* What to do
Looking through the entries, count each line where the string "mode" occurs, and write only the total.

* Information supplied
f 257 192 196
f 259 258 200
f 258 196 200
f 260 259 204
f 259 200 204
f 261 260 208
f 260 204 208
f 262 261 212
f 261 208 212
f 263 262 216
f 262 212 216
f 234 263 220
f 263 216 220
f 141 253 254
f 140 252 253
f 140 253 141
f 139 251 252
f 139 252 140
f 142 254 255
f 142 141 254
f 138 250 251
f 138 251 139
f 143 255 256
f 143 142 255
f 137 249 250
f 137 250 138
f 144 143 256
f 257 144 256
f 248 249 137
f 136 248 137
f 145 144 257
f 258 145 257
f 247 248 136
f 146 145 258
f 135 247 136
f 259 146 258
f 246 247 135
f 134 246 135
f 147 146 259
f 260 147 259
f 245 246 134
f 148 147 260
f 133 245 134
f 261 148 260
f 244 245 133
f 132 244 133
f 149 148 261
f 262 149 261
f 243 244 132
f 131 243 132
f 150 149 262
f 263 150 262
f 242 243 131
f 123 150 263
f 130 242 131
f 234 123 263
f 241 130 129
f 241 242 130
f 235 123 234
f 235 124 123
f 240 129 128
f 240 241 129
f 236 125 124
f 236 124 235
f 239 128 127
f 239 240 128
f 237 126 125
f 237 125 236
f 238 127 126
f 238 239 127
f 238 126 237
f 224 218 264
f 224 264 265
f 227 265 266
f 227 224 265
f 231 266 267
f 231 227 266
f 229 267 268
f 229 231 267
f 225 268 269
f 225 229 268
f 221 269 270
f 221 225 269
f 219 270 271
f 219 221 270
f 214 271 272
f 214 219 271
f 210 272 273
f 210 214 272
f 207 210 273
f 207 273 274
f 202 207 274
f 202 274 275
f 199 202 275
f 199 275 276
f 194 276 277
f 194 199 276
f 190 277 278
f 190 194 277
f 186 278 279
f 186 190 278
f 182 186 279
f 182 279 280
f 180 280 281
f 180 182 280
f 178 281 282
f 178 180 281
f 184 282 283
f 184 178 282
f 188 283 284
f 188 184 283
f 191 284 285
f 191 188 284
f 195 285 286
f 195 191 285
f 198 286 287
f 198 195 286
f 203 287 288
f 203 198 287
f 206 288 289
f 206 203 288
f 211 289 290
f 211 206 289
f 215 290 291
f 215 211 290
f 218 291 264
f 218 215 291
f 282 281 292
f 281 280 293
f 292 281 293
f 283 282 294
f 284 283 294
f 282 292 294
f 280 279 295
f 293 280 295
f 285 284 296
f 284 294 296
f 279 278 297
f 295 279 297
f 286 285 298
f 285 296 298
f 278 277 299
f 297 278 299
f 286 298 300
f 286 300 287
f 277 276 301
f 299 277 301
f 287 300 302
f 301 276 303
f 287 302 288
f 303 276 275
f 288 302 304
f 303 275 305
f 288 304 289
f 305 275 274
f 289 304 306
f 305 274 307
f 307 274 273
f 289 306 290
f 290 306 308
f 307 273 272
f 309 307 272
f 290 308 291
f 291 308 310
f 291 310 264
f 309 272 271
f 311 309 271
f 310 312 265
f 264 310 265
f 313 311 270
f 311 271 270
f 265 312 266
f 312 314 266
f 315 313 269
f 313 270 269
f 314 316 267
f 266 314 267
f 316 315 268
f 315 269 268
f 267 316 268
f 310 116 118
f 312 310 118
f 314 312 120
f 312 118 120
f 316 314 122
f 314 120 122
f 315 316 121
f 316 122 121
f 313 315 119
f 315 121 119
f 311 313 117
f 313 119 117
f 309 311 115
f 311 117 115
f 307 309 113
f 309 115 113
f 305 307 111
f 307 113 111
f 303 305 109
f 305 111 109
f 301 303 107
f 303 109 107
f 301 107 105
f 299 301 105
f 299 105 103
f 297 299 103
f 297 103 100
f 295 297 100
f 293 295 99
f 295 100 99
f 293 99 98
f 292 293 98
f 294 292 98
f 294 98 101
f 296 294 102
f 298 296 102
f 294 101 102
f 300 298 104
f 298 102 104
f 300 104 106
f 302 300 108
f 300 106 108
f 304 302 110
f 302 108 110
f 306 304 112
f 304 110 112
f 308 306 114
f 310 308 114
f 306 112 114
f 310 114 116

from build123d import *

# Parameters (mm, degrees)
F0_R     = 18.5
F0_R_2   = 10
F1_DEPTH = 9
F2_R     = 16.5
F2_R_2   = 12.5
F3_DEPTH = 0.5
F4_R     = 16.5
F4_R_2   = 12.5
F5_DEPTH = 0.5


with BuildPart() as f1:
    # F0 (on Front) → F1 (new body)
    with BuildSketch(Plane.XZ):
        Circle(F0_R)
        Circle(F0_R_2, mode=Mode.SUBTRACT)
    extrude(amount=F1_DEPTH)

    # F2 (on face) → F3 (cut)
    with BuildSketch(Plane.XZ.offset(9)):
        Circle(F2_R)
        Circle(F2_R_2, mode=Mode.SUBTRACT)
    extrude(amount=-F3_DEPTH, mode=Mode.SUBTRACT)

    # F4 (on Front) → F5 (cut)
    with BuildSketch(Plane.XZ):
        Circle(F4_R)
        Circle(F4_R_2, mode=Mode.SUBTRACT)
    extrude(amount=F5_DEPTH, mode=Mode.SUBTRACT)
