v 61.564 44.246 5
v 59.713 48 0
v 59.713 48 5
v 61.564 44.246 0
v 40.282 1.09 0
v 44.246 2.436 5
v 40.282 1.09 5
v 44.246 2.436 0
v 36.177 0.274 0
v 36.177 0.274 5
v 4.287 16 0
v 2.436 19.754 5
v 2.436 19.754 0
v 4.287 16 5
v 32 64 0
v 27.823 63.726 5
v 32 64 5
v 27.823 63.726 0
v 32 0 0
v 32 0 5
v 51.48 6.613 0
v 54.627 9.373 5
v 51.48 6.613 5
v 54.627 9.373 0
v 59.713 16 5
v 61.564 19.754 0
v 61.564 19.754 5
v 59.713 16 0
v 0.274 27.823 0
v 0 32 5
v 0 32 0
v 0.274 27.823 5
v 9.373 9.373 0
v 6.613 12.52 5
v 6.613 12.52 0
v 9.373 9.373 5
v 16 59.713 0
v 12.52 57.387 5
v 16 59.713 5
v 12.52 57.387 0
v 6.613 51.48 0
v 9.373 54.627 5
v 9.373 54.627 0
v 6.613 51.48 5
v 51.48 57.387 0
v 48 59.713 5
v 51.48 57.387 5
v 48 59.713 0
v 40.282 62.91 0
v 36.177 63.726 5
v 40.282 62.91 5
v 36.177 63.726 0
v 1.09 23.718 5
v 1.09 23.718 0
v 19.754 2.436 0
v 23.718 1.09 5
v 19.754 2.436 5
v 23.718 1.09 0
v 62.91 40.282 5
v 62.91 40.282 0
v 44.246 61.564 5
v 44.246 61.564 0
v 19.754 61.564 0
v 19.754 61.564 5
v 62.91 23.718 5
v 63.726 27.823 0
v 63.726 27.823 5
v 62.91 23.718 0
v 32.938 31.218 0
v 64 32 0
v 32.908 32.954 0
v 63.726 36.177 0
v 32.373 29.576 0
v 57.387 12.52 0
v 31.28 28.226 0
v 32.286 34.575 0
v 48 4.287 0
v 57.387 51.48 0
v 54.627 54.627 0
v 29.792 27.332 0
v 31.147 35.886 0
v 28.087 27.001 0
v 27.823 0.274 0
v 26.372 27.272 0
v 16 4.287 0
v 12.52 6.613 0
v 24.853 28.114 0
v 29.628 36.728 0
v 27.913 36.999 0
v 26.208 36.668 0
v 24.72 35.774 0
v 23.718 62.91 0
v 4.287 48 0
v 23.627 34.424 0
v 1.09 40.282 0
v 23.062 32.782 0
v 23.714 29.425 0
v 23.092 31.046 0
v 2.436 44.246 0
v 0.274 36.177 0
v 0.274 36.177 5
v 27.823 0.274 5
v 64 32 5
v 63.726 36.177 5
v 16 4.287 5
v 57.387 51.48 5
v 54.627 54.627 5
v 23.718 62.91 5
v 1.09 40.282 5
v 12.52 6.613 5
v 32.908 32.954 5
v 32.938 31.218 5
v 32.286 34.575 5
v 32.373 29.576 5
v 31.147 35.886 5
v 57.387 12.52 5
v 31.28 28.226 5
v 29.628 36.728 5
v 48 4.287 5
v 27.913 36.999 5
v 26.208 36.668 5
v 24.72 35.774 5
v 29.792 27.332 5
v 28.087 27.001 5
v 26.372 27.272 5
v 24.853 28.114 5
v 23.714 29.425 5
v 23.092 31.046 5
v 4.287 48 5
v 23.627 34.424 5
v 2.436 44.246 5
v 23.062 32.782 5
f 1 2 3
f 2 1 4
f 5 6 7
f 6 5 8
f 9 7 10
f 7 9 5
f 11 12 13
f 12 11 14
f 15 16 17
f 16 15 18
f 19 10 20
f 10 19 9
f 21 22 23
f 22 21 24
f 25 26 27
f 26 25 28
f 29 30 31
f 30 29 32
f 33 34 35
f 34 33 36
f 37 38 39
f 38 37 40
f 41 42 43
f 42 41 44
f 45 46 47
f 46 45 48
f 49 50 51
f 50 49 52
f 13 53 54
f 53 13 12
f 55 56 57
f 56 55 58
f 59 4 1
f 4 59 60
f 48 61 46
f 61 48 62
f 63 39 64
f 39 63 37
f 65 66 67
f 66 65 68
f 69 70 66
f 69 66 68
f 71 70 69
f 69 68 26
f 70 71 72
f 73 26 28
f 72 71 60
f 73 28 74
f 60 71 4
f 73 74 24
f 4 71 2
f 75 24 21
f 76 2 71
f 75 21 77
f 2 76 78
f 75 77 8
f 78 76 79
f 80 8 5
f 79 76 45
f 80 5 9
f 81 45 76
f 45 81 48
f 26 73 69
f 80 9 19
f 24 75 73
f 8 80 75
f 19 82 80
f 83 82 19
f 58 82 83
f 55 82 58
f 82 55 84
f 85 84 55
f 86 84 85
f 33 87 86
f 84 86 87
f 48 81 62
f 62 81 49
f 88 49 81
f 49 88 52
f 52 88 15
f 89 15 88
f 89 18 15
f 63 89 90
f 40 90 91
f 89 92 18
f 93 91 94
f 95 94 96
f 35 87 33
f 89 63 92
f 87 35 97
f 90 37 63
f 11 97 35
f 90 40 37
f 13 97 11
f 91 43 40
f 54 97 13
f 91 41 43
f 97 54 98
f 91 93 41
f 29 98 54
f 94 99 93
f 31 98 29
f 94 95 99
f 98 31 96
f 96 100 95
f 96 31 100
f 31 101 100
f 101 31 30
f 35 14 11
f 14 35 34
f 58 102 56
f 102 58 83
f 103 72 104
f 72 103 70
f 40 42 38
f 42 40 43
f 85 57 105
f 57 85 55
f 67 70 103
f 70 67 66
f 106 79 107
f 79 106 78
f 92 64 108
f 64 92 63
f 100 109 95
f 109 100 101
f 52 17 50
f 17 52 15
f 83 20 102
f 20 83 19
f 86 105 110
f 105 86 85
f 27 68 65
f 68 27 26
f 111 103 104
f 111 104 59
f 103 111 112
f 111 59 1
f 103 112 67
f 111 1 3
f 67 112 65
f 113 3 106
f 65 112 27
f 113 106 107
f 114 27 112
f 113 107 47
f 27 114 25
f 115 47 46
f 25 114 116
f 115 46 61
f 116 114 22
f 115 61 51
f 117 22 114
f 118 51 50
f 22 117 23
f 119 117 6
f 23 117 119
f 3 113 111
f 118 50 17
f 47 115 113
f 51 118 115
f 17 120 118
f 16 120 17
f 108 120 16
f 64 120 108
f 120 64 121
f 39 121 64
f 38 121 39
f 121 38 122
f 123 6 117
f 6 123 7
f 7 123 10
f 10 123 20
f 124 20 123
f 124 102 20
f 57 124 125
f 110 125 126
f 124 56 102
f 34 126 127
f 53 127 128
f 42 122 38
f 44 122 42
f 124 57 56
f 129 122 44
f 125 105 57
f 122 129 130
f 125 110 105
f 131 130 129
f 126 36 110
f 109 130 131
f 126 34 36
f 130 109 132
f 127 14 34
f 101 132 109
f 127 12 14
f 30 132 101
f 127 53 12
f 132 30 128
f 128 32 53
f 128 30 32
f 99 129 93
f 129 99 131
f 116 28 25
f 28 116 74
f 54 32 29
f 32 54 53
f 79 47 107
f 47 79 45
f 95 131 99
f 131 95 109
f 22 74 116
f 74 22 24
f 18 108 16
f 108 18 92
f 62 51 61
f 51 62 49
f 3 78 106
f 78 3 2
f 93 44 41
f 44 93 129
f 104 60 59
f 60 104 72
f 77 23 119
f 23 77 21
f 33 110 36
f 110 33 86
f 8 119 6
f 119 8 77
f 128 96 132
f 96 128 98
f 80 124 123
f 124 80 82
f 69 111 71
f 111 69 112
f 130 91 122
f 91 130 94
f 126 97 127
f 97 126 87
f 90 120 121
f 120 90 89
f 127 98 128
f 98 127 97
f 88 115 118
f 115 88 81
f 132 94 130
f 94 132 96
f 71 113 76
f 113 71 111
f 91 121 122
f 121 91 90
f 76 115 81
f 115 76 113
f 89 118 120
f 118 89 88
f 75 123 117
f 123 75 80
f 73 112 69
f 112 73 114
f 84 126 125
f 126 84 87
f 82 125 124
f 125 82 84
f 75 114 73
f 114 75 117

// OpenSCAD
$fn = 32;

// ----------------------------------------------------------------------
// Cam plate: eccentric cam, base R32
// ----------------------------------------------------------------------

// --- parameters (mm) ---
base_r = 32;              // base circle radius
lobe_h = 8;               // cam lobe rise
bore_r = 5;               // shaft bore radius
plate_t = 5;              // plate thickness, Z (extrusion height)
ecc = 4;                  // disc eccentricity

profile = [[64, 32], [63.726, 36.177], [62.91, 40.282], [61.564, 44.246], [59.713, 48], [57.387, 51.48], [54.627, 54.627], [51.48, 57.387], [48, 59.713], [44.246, 61.564], [40.282, 62.91], [36.177, 63.726], [32, 64], [27.823, 63.726], [23.718, 62.91], [19.754, 61.564], [16, 59.713], [12.52, 57.387], [9.373, 54.627], [6.613, 51.48], [4.287, 48], [2.436, 44.246], [1.09, 40.282], [0.274, 36.177], [0, 32], [0.274, 27.823], [1.09, 23.718], [2.436, 19.754], [4.287, 16], [6.613, 12.52], [9.373, 9.373], [12.52, 6.613], [16, 4.287], [19.754, 2.436], [23.718, 1.09], [27.823, 0.274], [32, 0], [36.177, 0.274], [40.282, 1.09], [44.246, 2.436], [48, 4.287], [51.48, 6.613], [54.627, 9.373], [57.387, 12.52], [59.713, 16], [61.564, 19.754], [62.91, 23.718], [63.726, 27.823]];  // primary outline, 48 points, counter clockwise
void_1 = [[32.908, 32.954], [32.286, 34.575], [31.147, 35.886], [29.628, 36.728], [27.913, 36.999], [26.208, 36.668], [24.72, 35.774], [23.627, 34.424], [23.062, 32.782], [23.092, 31.046], [23.714, 29.425], [24.853, 28.114], [26.372, 27.272], [28.087, 27.001], [29.792, 27.332], [31.28, 28.226], [32.373, 29.576], [32.938, 31.218]];  // shaft bore, 18 points

// --- the one profile operation ---
difference() {
  linear_extrude(height = plate_t) polygon(points = profile);
  translate([0, 0, -1])
    linear_extrude(height = plate_t + 2) polygon(points = void_1);
}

* Worked solution
5